Source information START
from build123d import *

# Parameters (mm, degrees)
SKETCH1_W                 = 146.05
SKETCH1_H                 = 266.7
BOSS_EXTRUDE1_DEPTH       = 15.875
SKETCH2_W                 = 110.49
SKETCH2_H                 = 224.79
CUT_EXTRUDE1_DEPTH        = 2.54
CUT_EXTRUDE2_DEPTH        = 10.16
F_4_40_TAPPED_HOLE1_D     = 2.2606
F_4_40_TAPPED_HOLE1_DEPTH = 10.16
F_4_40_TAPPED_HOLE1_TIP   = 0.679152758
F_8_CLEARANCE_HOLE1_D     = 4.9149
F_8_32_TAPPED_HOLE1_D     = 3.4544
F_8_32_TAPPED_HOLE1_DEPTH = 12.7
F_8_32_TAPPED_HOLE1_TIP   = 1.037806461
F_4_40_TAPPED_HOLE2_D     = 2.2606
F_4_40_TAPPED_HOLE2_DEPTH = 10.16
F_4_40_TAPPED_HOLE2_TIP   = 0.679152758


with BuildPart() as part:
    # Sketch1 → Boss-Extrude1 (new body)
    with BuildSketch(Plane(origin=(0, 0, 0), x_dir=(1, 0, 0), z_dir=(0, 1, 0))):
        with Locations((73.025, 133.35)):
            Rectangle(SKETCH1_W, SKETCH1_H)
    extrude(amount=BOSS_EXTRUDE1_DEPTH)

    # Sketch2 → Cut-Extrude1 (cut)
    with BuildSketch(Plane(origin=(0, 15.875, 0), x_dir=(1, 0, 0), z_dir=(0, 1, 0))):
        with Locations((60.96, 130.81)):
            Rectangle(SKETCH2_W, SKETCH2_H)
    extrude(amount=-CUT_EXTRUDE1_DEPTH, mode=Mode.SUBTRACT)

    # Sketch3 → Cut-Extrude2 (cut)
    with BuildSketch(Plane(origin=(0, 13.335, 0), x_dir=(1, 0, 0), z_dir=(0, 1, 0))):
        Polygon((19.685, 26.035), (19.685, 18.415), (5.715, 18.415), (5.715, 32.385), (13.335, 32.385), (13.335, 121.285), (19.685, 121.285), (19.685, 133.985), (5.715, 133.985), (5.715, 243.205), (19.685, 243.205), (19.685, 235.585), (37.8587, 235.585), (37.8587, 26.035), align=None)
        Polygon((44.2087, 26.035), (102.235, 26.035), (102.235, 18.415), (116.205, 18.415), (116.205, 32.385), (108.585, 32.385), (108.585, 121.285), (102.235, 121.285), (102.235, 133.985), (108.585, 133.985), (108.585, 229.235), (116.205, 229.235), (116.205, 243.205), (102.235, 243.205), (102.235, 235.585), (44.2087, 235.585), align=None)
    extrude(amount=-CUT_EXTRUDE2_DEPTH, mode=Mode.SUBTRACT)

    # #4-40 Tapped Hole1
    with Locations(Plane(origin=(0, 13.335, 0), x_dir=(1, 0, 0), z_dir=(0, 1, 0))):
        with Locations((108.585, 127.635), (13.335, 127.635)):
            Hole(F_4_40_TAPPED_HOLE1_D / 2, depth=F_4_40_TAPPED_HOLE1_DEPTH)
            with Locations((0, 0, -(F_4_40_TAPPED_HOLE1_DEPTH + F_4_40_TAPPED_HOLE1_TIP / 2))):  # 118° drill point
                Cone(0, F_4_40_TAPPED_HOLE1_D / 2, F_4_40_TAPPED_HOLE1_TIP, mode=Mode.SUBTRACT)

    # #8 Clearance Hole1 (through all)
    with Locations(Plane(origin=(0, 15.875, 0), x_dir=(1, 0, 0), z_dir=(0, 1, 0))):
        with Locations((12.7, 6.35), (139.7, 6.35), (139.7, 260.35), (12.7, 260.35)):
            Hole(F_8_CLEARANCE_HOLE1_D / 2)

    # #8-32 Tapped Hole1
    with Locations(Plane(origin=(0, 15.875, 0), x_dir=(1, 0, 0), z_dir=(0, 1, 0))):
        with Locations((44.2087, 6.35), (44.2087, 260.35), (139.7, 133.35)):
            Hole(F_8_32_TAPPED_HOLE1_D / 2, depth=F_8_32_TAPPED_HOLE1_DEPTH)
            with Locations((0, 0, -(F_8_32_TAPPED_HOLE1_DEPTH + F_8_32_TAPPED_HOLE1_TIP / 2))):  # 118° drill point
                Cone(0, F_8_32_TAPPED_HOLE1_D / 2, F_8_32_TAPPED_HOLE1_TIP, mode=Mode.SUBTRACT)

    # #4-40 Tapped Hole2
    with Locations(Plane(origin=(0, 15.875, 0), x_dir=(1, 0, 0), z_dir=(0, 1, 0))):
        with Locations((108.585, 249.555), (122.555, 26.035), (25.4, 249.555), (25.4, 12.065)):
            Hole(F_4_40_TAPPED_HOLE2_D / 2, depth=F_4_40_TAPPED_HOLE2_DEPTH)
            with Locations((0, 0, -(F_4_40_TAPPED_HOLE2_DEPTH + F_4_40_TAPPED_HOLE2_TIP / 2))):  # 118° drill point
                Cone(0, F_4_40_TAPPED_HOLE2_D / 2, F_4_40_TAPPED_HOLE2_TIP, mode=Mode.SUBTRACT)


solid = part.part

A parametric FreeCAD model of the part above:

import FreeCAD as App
import Part
import Sketcher
from FreeCAD import Vector
Q = App.Units.Quantity

doc = App.newDocument("Part")
body = doc.addObject("PartDesign::Body", "Body")

# Sketch on XZ plane
sketch1 = body.newObject("Sketcher::SketchObject", "Sketch")
sketch1.AttachmentSupport = (doc.getObject("XZ_Plane"), [""])
sketch1.MapMode = "FlatFace"
sketch1.addGeometry([
    Part.LineSegment(Vector(0, -267, 0), Vector(0, 0, 0)),
    Part.LineSegment(Vector(0, 0, 0), Vector(146, 0, 0)),
    Part.LineSegment(Vector(146, 0, 0), Vector(146, -267, 0)),
    Part.LineSegment(Vector(146, -267, 0), Vector(0, -267, 0)),
], False)
sketch1.addConstraint([
    Sketcher.Constraint("Coincident", 0, 2, 1, 1),
    Sketcher.Constraint("Coincident", 1, 2, 2, 1),
    Sketcher.Constraint("Coincident", 2, 2, 3, 1),
    Sketcher.Constraint("Coincident", 3, 2, 0, 1),
    Sketcher.Constraint("Vertical", 0),
    Sketcher.Constraint("Horizontal", 1),
    Sketcher.Constraint("Vertical", 2),
    Sketcher.Constraint("Horizontal", 3),
    Sketcher.Constraint("Coincident", 0, 2, -1, 1),
    Sketcher.Constraint("DistanceY", 0, 1, 0, 2, Q("10.5 in")),
    Sketcher.Constraint("DistanceX", 1, 1, 1, 2, Q("5.75 in")),
])
pad1 = body.newObject("PartDesign::Pad", "Pad")
pad1.Profile = sketch1
pad1.Length = Q("0.625 in")
pad1.Reversed = True

# Sketch on XZ plane
sketch2 = body.newObject("Sketcher::SketchObject", "Sketch001")
sketch2.AttachmentSupport = (doc.getObject("XZ_Plane"), [""])
sketch2.MapMode = "FlatFace"
sketch2.AttachmentOffset = App.Placement(Vector(0, 0, -0.625 * 25.4), App.Rotation())
sketch2.addGeometry([
    Part.LineSegment(Vector(6, -243, 0), Vector(6, -18, 0)),
    Part.LineSegment(Vector(6, -18, 0), Vector(116, -18, 0)),
    Part.LineSegment(Vector(116, -18, 0), Vector(116, -243, 0)),
    Part.LineSegment(Vector(116, -243, 0), Vector(6, -243, 0)),
], False)
sketch2.addConstraint([
    Sketcher.Constraint("Coincident", 0, 2, 1, 1),
    Sketcher.Constraint("Coincident", 1, 2, 2, 1),
    Sketcher.Constraint("Coincident", 2, 2, 3, 1),
    Sketcher.Constraint("Coincident", 3, 2, 0, 1),
    Sketcher.Constraint("Vertical", 0),
    Sketcher.Constraint("Horizontal", 1),
    Sketcher.Constraint("Vertical", 2),
    Sketcher.Constraint("Horizontal", 3),
    Sketcher.Constraint("DistanceX", 1, 1, 1, 2, Q("4.35 in")),
    Sketcher.Constraint("DistanceY", 0, 1, 0, 2, Q("8.85 in")),
    Sketcher.Constraint("DistanceX", -1, 1, 0, 2, Q("0.225 in")),
    Sketcher.Constraint("DistanceY", 0, 2, -1, 1, Q("0.725 in")),
])
pocket1 = body.newObject("PartDesign::Pocket", "Pocket")
pocket1.Profile = sketch2
pocket1.Length = Q("0.1 in")
pocket1.Reversed = True

# Sketch on XZ plane
sketch3 = body.newObject("Sketcher::SketchObject", "Sketch002")
sketch3.AttachmentSupport = (doc.getObject("XZ_Plane"), [""])
sketch3.MapMode = "FlatFace"
sketch3.AttachmentOffset = App.Placement(Vector(0, 0, -0.525 * 25.4), App.Rotation())
sketch3.addGeometry([
    Part.LineSegment(Vector(20, -18, 0), Vector(20, -26, 0)),  # 0
    Part.LineSegment(Vector(20, -26, 0), Vector(38, -26, 0)),  # 1
    Part.LineSegment(Vector(38, -26, 0), Vector(38, -236, 0)),  # 2
    Part.LineSegment(Vector(38, -236, 0), Vector(20, -236, 0)),  # 3
    Part.LineSegment(Vector(20, -236, 0), Vector(20, -243, 0)),  # 4
    Part.LineSegment(Vector(20, -243, 0), Vector(6, -243, 0)),  # 5
    Part.LineSegment(Vector(6, -243, 0), Vector(6, -134, 0)),  # 6
    Part.LineSegment(Vector(6, -134, 0), Vector(20, -134, 0)),  # 7
    Part.LineSegment(Vector(20, -134, 0), Vector(20, -121, 0)),  # 8
    Part.LineSegment(Vector(20, -121, 0), Vector(13, -121, 0)),  # 9
    Part.LineSegment(Vector(13, -121, 0), Vector(13, -32, 0)),  # 10
    Part.LineSegment(Vector(13, -32, 0), Vector(6, -32, 0)),  # 11
    Part.LineSegment(Vector(6, -32, 0), Vector(6, -18, 0)),  # 12
    Part.LineSegment(Vector(6, -18, 0), Vector(20, -18, 0)),  # 13
    Part.LineSegment(Vector(44, -26, 0), Vector(102, -26, 0)),  # 14
    Part.LineSegment(Vector(102, -26, 0), Vector(102, -18, 0)),  # 15
    Part.LineSegment(Vector(102, -18, 0), Vector(116, -18, 0)),  # 16
    Part.LineSegment(Vector(116, -18, 0), Vector(116, -32, 0)),  # 17
    Part.LineSegment(Vector(116, -32, 0), Vector(109, -32, 0)),  # 18
    Part.LineSegment(Vector(109, -32, 0), Vector(109, -121, 0)),  # 19
    Part.LineSegment(Vector(109, -121, 0), Vector(102, -121, 0)),  # 20
    Part.LineSegment(Vector(102, -121, 0), Vector(102, -134, 0)),  # 21
    Part.LineSegment(Vector(102, -134, 0), Vector(109, -134, 0)),  # 22
    Part.LineSegment(Vector(109, -134, 0), Vector(109, -229, 0)),  # 23
    Part.LineSegment(Vector(109, -229, 0), Vector(116, -229, 0)),  # 24
    Part.LineSegment(Vector(116, -229, 0), Vector(116, -243, 0)),  # 25
    Part.LineSegment(Vector(116, -243, 0), Vector(102, -243, 0)),  # 26
    Part.LineSegment(Vector(102, -243, 0), Vector(102, -236, 0)),  # 27
    Part.LineSegment(Vector(102, -236, 0), Vector(44, -236, 0)),  # 28
    Part.LineSegment(Vector(44, -236, 0), Vector(44, -26, 0)),  # 29
], False)
sketch3.addConstraint([
    Sketcher.Constraint("Coincident", 0, 2, 1, 1),
    Sketcher.Constraint("Coincident", 1, 2, 2, 1),
    Sketcher.Constraint("Coincident", 2, 2, 3, 1),
    Sketcher.Constraint("Coincident", 3, 2, 4, 1),
    Sketcher.Constraint("Coincident", 4, 2, 5, 1),
    Sketcher.Constraint("Coincident", 5, 2, 6, 1),
    Sketcher.Constraint("Coincident", 6, 2, 7, 1),
    Sketcher.Constraint("Coincident", 7, 2, 8, 1),
    Sketcher.Constraint("Coincident", 8, 2, 9, 1),
    Sketcher.Constraint("Coincident", 9, 2, 10, 1),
Source information END
Exercise prompt :: Every line of the material that holds the word "drill" must be found and copied.

Answer to the problem ::
            with Locations((0, 0, -(F_4_40_TAPPED_HOLE1_DEPTH + F_4_40_TAPPED_HOLE1_TIP / 2))):  # 118° drill point
            with Locations((0, 0, -(F_8_32_TAPPED_HOLE1_DEPTH + F_8_32_TAPPED_HOLE1_TIP / 2))):  # 118° drill point
            with Locations((0, 0, -(F_4_40_TAPPED_HOLE2_DEPTH + F_4_40_TAPPED_HOLE2_TIP / 2))):  # 118° drill point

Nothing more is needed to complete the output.